# iMac Alu : ronronnement étrange...



## skystef (19 Janvier 2008)

Bonjour,

J'ai un petit souci avec un iMac neuf. Il y a comme un vrombissement, une sorte de ronronnement permanent qui ne s'accélère pas quand le mac est sollicité. On dirait plus une vibration car si je penche l'iMac vert l'avant (en soulevant un peu le pied), ça s'estompe.

Est-ce que ça pourrait venir d'un composant (transformateur, ventilos? )ou est-ce normal.
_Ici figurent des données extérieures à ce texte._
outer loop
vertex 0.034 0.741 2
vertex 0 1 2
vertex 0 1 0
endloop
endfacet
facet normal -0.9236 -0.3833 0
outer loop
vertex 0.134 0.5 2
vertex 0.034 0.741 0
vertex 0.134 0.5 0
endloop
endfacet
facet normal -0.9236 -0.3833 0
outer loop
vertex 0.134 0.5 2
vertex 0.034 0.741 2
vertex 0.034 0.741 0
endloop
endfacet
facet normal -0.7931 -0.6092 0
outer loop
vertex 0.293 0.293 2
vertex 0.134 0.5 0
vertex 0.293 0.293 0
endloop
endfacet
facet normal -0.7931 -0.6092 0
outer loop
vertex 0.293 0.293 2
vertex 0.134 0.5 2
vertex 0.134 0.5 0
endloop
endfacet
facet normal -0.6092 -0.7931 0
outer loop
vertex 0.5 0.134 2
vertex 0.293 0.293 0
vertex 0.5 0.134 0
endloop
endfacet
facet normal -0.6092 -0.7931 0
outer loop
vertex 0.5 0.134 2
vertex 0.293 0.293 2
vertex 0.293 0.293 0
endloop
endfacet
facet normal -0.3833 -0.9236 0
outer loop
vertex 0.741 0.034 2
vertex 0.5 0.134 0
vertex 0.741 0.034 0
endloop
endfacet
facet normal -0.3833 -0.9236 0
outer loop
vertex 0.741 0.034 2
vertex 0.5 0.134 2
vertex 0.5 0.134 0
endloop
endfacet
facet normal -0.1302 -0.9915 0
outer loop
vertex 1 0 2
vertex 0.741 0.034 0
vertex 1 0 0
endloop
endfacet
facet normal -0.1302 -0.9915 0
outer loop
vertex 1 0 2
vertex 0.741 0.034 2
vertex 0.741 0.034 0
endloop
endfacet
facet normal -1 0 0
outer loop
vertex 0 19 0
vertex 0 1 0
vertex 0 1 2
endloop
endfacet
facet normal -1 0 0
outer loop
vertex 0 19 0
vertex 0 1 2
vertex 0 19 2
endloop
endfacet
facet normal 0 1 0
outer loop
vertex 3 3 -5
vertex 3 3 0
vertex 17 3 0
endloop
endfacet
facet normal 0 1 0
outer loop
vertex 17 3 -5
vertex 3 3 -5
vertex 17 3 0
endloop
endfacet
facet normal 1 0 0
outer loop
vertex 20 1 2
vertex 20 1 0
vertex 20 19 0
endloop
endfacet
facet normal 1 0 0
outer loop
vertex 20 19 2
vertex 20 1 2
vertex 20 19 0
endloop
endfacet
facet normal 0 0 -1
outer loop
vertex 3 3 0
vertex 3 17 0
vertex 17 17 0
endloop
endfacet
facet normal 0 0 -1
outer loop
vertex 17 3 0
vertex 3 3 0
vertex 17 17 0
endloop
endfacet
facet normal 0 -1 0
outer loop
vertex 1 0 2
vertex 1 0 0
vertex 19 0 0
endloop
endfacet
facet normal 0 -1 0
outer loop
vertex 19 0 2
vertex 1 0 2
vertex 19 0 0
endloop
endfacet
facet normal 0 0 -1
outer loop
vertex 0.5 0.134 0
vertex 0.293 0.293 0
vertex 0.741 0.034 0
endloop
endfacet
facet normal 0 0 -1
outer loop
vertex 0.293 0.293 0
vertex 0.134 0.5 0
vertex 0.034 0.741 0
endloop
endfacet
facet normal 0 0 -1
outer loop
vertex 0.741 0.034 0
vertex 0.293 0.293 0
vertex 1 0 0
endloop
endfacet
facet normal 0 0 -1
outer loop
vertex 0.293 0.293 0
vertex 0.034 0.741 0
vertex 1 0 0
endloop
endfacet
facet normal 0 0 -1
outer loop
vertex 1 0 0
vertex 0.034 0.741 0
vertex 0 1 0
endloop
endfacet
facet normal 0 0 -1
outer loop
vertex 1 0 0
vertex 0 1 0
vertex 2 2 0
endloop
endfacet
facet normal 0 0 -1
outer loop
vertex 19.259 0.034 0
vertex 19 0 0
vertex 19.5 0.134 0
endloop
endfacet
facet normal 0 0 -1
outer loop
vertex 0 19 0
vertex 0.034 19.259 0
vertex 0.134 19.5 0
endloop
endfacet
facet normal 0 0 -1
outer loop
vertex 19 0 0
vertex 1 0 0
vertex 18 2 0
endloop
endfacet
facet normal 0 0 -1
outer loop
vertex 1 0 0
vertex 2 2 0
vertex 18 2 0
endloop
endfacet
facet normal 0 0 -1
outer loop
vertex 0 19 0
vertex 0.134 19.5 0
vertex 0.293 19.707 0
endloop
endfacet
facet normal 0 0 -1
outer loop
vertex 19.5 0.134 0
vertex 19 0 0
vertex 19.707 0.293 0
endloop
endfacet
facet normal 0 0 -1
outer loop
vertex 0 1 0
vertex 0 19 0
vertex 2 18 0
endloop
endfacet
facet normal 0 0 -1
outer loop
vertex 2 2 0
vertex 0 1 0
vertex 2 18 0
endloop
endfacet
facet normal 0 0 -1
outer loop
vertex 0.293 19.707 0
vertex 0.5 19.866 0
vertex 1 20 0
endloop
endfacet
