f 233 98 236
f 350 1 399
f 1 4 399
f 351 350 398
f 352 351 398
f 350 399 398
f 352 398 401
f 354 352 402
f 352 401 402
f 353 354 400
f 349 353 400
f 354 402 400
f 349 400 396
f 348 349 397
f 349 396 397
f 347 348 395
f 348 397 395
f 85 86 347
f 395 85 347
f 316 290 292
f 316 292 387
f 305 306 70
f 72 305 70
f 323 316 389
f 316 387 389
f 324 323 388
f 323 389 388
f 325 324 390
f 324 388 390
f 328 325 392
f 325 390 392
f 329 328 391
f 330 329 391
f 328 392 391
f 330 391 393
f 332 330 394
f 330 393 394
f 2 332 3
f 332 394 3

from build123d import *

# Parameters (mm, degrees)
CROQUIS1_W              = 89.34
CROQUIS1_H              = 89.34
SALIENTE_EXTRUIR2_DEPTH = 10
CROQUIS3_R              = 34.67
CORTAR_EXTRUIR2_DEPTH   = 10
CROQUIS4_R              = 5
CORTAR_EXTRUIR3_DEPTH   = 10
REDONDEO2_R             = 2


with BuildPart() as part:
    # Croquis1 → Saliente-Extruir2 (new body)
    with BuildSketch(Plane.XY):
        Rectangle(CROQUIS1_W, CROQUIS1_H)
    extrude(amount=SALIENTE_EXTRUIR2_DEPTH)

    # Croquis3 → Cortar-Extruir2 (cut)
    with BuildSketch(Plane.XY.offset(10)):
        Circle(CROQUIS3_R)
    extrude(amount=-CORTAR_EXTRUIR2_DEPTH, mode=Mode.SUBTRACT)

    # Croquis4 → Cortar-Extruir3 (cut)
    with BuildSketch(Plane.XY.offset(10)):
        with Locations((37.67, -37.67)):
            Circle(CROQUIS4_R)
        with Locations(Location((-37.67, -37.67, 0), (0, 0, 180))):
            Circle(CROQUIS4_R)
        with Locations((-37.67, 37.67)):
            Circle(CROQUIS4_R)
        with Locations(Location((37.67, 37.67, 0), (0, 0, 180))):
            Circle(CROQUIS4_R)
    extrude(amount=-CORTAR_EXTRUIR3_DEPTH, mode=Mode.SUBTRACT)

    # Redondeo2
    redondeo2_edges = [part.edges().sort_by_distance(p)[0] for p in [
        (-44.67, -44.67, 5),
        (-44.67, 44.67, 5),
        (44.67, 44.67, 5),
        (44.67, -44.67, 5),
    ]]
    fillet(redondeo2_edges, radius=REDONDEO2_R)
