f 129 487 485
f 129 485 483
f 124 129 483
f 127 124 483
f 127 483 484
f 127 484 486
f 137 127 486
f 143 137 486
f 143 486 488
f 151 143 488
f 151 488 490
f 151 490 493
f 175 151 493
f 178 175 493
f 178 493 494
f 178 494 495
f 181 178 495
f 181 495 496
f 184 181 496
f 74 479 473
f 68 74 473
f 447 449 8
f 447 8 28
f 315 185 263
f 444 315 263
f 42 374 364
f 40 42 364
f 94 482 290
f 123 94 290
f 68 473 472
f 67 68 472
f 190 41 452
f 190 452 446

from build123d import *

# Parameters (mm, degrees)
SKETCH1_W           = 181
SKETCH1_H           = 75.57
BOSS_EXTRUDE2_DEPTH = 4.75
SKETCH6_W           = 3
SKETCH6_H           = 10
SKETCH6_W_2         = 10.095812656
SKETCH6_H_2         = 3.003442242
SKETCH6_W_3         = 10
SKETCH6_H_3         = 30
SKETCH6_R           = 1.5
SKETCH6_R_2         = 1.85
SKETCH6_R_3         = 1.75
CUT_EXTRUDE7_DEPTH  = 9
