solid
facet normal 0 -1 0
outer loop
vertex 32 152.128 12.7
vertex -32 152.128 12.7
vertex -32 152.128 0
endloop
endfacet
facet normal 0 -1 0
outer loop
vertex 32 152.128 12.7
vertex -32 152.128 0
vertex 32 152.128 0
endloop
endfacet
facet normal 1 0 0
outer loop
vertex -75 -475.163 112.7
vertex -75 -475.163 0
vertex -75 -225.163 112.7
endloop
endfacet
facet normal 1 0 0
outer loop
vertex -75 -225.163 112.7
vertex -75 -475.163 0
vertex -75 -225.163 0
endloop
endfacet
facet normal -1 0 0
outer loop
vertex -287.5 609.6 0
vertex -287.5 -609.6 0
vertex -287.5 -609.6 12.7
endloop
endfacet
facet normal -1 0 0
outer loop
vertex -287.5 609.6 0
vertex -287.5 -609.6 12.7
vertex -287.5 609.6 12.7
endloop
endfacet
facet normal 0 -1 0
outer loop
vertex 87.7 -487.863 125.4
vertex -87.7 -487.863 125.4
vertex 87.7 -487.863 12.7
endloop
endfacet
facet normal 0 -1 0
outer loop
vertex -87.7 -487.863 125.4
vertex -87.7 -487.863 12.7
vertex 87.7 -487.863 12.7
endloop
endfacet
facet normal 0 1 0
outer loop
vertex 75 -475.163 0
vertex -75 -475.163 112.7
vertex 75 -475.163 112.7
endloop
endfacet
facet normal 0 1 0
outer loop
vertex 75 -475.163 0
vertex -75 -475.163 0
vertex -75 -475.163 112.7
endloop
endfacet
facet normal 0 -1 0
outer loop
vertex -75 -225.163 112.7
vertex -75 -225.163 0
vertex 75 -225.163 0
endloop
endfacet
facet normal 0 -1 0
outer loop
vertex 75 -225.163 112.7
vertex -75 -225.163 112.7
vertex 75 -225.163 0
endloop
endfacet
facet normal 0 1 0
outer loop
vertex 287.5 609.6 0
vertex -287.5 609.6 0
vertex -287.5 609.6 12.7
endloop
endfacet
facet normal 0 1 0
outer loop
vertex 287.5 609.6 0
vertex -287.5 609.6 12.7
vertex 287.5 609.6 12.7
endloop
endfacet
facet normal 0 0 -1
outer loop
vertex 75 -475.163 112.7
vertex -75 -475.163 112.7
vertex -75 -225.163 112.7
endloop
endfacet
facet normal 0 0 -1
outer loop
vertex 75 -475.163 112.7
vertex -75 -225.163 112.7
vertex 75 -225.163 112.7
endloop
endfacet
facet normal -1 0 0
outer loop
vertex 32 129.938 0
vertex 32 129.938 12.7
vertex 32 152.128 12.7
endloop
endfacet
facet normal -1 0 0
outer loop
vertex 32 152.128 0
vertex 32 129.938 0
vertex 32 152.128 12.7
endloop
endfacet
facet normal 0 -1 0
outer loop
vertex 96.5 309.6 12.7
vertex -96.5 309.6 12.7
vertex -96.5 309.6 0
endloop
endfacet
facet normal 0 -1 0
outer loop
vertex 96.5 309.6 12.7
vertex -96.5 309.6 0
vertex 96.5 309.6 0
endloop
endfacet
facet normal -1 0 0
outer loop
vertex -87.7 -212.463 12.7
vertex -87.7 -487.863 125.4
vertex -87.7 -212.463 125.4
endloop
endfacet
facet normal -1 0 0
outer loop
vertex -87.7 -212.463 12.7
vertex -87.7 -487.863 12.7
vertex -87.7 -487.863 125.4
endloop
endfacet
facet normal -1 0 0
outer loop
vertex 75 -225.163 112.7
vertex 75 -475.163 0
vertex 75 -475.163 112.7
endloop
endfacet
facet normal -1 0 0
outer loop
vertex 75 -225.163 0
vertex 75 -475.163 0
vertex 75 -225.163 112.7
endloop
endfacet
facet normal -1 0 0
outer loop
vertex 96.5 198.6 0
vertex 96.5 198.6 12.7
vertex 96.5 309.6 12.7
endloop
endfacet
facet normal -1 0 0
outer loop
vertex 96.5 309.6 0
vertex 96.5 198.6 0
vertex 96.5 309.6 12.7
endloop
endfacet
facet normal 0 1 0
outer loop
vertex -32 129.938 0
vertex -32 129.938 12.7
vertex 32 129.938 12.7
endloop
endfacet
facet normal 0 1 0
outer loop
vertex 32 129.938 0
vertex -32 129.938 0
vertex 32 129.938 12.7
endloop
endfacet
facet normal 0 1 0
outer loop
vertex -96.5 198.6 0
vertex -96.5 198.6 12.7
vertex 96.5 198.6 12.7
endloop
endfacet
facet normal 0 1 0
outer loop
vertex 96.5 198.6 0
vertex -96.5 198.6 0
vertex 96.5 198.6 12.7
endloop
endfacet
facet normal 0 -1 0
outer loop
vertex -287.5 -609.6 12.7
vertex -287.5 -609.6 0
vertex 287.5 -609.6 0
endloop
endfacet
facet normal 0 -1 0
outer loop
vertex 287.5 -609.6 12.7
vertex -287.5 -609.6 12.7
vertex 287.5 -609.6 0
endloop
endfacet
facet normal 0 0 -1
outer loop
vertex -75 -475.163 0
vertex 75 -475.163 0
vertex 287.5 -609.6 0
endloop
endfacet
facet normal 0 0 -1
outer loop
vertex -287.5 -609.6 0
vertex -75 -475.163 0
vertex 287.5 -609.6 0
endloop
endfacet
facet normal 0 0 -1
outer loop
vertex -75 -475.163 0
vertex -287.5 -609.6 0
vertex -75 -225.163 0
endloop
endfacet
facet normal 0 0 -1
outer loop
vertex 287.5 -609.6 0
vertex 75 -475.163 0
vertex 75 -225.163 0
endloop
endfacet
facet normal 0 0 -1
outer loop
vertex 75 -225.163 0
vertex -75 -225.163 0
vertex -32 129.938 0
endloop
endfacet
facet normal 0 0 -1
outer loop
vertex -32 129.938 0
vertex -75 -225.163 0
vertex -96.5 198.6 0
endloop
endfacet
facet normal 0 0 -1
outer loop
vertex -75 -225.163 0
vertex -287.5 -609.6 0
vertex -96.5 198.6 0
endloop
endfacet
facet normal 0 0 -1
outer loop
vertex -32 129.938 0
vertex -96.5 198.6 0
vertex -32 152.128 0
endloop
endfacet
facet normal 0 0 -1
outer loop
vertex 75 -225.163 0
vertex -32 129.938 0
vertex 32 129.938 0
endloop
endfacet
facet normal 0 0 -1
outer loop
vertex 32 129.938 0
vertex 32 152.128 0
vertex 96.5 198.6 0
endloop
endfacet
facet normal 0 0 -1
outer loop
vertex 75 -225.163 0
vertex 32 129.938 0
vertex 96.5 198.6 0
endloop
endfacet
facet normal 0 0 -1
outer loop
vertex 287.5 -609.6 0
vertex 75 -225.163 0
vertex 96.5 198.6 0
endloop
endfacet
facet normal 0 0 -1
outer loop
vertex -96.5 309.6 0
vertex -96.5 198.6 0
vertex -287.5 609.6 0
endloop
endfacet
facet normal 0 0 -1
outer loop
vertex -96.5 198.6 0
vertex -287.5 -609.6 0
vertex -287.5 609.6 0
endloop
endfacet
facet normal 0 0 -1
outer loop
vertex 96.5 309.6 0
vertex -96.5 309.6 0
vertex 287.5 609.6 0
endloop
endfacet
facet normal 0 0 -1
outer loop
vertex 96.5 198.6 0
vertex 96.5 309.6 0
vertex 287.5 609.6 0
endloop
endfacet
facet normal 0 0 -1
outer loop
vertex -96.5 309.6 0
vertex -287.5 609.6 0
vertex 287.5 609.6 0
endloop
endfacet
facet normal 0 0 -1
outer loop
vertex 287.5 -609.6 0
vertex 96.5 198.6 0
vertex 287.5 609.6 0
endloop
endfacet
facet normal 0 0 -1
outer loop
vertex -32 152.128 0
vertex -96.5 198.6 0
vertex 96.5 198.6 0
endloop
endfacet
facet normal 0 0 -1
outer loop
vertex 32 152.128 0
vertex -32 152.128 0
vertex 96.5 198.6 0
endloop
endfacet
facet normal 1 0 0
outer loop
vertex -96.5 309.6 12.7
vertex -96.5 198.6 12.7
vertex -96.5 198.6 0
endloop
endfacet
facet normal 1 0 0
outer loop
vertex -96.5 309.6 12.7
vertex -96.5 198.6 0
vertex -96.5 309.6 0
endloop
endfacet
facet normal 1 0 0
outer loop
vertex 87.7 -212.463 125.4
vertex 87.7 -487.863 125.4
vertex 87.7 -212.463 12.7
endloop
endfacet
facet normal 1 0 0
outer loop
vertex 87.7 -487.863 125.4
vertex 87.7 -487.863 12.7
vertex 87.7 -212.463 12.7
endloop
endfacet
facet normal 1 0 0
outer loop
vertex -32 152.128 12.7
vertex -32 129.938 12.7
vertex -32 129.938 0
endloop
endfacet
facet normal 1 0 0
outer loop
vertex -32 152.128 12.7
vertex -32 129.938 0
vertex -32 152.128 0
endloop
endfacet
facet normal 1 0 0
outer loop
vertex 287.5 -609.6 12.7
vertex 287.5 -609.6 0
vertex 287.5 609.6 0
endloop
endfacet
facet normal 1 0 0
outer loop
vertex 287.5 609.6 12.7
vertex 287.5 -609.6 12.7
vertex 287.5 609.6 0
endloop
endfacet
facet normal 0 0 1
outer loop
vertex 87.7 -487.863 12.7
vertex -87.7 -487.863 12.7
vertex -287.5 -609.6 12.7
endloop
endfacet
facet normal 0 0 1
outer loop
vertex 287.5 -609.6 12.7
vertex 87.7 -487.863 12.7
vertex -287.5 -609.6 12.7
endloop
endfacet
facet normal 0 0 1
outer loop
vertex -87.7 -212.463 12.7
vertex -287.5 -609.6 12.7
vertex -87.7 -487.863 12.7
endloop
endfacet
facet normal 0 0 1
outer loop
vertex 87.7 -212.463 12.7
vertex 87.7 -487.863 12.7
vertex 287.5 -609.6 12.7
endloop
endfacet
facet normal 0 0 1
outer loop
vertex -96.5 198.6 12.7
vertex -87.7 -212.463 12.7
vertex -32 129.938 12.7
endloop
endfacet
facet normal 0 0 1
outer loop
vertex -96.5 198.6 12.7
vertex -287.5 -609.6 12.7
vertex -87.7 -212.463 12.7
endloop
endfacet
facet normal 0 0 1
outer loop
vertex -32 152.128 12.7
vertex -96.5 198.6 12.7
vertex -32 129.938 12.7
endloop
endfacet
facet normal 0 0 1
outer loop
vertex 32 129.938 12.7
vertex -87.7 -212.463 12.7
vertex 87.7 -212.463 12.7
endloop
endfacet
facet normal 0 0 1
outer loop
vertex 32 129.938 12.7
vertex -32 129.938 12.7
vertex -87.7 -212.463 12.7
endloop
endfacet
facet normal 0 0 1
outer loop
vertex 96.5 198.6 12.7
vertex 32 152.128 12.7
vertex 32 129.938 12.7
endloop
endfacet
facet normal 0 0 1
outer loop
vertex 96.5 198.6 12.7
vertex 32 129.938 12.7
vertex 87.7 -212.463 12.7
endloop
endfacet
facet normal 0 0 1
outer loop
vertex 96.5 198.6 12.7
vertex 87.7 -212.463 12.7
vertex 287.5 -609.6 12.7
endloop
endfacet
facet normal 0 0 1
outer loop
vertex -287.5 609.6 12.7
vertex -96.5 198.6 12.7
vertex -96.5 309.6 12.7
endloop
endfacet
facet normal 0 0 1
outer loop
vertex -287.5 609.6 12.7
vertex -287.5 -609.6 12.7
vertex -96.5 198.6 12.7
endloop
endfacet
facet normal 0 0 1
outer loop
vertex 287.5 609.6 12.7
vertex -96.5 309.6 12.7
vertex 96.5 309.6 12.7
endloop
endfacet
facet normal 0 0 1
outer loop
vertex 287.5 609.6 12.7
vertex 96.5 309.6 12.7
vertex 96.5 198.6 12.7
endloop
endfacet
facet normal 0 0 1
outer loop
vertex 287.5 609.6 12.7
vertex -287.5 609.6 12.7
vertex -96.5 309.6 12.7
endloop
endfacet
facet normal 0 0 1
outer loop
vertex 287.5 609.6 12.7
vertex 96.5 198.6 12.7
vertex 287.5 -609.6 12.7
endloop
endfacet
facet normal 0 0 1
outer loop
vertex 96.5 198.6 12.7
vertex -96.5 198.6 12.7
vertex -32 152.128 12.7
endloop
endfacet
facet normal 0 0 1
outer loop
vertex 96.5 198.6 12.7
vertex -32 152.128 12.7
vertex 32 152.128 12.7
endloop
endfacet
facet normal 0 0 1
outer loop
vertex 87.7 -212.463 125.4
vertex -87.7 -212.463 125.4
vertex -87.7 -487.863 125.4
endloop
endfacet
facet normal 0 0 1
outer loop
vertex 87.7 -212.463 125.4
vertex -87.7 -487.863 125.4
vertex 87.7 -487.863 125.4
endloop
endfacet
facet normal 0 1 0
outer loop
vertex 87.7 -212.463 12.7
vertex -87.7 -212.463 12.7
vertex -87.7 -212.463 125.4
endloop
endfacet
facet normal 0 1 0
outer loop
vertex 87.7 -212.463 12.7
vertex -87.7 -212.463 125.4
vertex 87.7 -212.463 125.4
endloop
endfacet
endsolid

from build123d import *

# Parameters (mm, degrees)
SKETCH1_W           = 575
SKETCH1_H           = 1219.2
BOSS_EXTRUDE1_DEPTH = 12.7
SKETCH2_W           = 193
SKETCH2_H           = 111
SKETCH2_W_2         = 64
SKETCH2_H_2         = 22.19
CUT_EXTRUDE1_DEPTH  = 12.7
SKETCH3_W           = 150
SKETCH3_H           = 250
CUT_EXTRUDE2_DEPTH  = 12.7
SKETCH4_W           = 175.4
SKETCH4_H           = 275.4
SKETCH4_W_2         = 150
SKETCH4_H_2         = 250
BOSS_EXTRUDE2_DEPTH = 100
SKETCH5_W           = 175.4
SKETCH5_H           = 275.4
BOSS_EXTRUDE3_DEPTH = 12.7


with BuildPart() as part:
    # Sketch1 → Boss-Extrude1 (new body)
    with BuildSketch(Plane.XY):
        Rectangle(SKETCH1_W, SKETCH1_H)
    extrude(amount=BOSS_EXTRUDE1_DEPTH)

    # Sketch2 → Cut-Extrude1 (cut)
    with BuildSketch(Plane.XY.offset(12.7)):
        with Locations((0, 254.1)):
            Rectangle(SKETCH2_W, SKETCH2_H)
        with Locations((0, 141.033454098)):
            Rectangle(SKETCH2_W_2, SKETCH2_H_2)
    extrude(amount=-CUT_EXTRUDE1_DEPTH, mode=Mode.SUBTRACT)

    # Sketch3 → Cut-Extrude2 (cut)
    with BuildSketch(Plane(origin=(0, 0, 0), x_dir=(-1, 0, 0), z_dir=(0, 0, -1))):
        with Locations((0, -350.163151911)):
            Rectangle(SKETCH3_W, SKETCH3_H)
    extrude(amount=-CUT_EXTRUDE2_DEPTH, mode=Mode.SUBTRACT)

    # Sketch4 → Boss-Extrude2 (add)
    with BuildSketch(Plane.XY.offset(12.7)):
        with Locations((0, -350.163151911)):
            Rectangle(SKETCH4_W, SKETCH4_H)
        with Locations((0, -350.163151911)):
            Rectangle(SKETCH4_W_2, SKETCH4_H_2, mode=Mode.SUBTRACT)
    extrude(amount=BOSS_EXTRUDE2_DEPTH)

    # Sketch5 → Boss-Extrude3 (add)
    with BuildSketch(Plane.XY.offset(112.7)):
        with Locations((0, -350.163151911)):
            Rectangle(SKETCH5_W, SKETCH5_H)
    extrude(amount=BOSS_EXTRUDE3_DEPTH)


solid = part.part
Je ne sais pas trop comment décrire ce bruit. :mouais:


----------



## mjpolo (20 Janvier 2008)

Si ça peut aider:
j'ai un iMac 24", je peux penché l'écran, bouger dans n'importe quel sens , aucune différence dans le bruit qu'il émet.
Bien sûr j'ai un léger soufflement: il y a malgré tout dedans un dd et 3 ventilos qui tournent 
en tout cas ce bruit devrait être régulier.

Mon premier iMac, avant l'échange, a commencé a faire des petits bruits un peu irréguliers après une semaine d'utilisation: en entendait par intermitance un petit bruit de frottement comme si les palmes d'un des ventilos touchaient quelque chose.
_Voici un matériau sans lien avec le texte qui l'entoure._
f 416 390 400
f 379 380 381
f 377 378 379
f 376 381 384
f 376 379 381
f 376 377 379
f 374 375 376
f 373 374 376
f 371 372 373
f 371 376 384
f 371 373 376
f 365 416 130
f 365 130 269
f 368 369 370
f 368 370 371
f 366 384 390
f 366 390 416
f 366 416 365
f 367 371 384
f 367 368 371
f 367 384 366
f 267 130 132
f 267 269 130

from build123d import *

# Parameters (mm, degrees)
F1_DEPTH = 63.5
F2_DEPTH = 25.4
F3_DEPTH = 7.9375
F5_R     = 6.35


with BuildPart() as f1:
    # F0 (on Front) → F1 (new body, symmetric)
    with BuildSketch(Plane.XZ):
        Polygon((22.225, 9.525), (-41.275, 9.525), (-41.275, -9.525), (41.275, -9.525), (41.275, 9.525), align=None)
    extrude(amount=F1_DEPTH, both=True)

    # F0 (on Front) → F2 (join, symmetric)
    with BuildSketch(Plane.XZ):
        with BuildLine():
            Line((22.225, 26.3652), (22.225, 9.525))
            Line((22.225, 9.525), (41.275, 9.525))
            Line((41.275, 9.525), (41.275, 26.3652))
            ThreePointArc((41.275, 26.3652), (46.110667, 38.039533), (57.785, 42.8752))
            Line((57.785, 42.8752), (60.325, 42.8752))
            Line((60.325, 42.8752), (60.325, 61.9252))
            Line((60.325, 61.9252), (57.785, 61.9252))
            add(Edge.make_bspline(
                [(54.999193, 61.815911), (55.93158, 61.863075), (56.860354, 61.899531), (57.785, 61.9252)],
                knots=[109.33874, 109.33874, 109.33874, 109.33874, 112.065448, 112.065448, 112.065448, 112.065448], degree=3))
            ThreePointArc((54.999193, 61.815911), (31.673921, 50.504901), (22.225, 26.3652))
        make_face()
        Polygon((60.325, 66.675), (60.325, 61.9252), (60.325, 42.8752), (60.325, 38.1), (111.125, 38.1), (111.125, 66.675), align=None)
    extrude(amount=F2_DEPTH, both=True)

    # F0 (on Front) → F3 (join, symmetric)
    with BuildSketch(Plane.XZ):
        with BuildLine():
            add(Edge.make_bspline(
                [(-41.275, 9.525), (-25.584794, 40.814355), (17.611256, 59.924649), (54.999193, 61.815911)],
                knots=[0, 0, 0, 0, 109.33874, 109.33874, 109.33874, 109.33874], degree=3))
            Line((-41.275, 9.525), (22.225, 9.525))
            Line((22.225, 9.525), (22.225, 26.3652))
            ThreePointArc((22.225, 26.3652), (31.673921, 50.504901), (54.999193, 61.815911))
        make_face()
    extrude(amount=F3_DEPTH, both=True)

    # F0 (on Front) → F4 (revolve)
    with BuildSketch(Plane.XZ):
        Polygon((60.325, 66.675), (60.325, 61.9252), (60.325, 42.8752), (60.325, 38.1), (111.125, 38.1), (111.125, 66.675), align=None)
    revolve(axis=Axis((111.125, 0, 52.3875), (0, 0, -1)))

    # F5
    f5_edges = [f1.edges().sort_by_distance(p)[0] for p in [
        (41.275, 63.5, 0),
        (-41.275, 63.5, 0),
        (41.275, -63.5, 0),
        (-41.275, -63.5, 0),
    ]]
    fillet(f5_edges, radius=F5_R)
Et quelque soit l'activité et le nombre d'applis ouvertes, même quand le disque optique est utilisé, le bruit est constant.


----------



## hike (20 Janvier 2008)

Bonsoir 
J'ai le même symptôme , du coup j'ai mis un carré d'éponge ( 15 x 15 cm ) sous le pied , ça diminue le bruit ....... et en plus c'est plus facile d'orienter l'iMac de droite à gauche .
En plus ma table (en pin) fait "caisse de raisonnance" quand ce bruit s'amplifie ,et quand je pose mes pieds sur la barre qui est sous la table le bruit "double" de volume .....
Maintenant le bruit est largement supportable , alors qu'au début je montais le son sur itunes pour couvrir le bruit tellement s'étais insupportable 
( + l'écran trop brillant = les 15 premiers jours j'ai eu mal au crâne avant de m'y faire )


----------



## mjpolo (20 Janvier 2008)

hike a dit:


> Bonsoir
> J'ai le même symptôme , du coup j'ai mis un carré d'éponge ( 15 x 15 cm )
> Maintenant le bruit est largement supportable , alors qu'au début je montais le son sur itunes pour couvrir le bruit tellement s'étais insupportable



:afraid: bruit iMac alu 24" insupportable??...alors ta machine a un pb(?)...
Je suis très sensible à toutes sortes de bruits (j'ai aussi un cube donc sans ventilo) et je peux te dire que j'entends davantage le dd du cube gratter que celui de l'iMac: rien qu'un léger souffle des 3 ventilos; mais je peux écouter iTunes la nuit, le son au minimum, sans problème


----------



## huexley (20 Janvier 2008)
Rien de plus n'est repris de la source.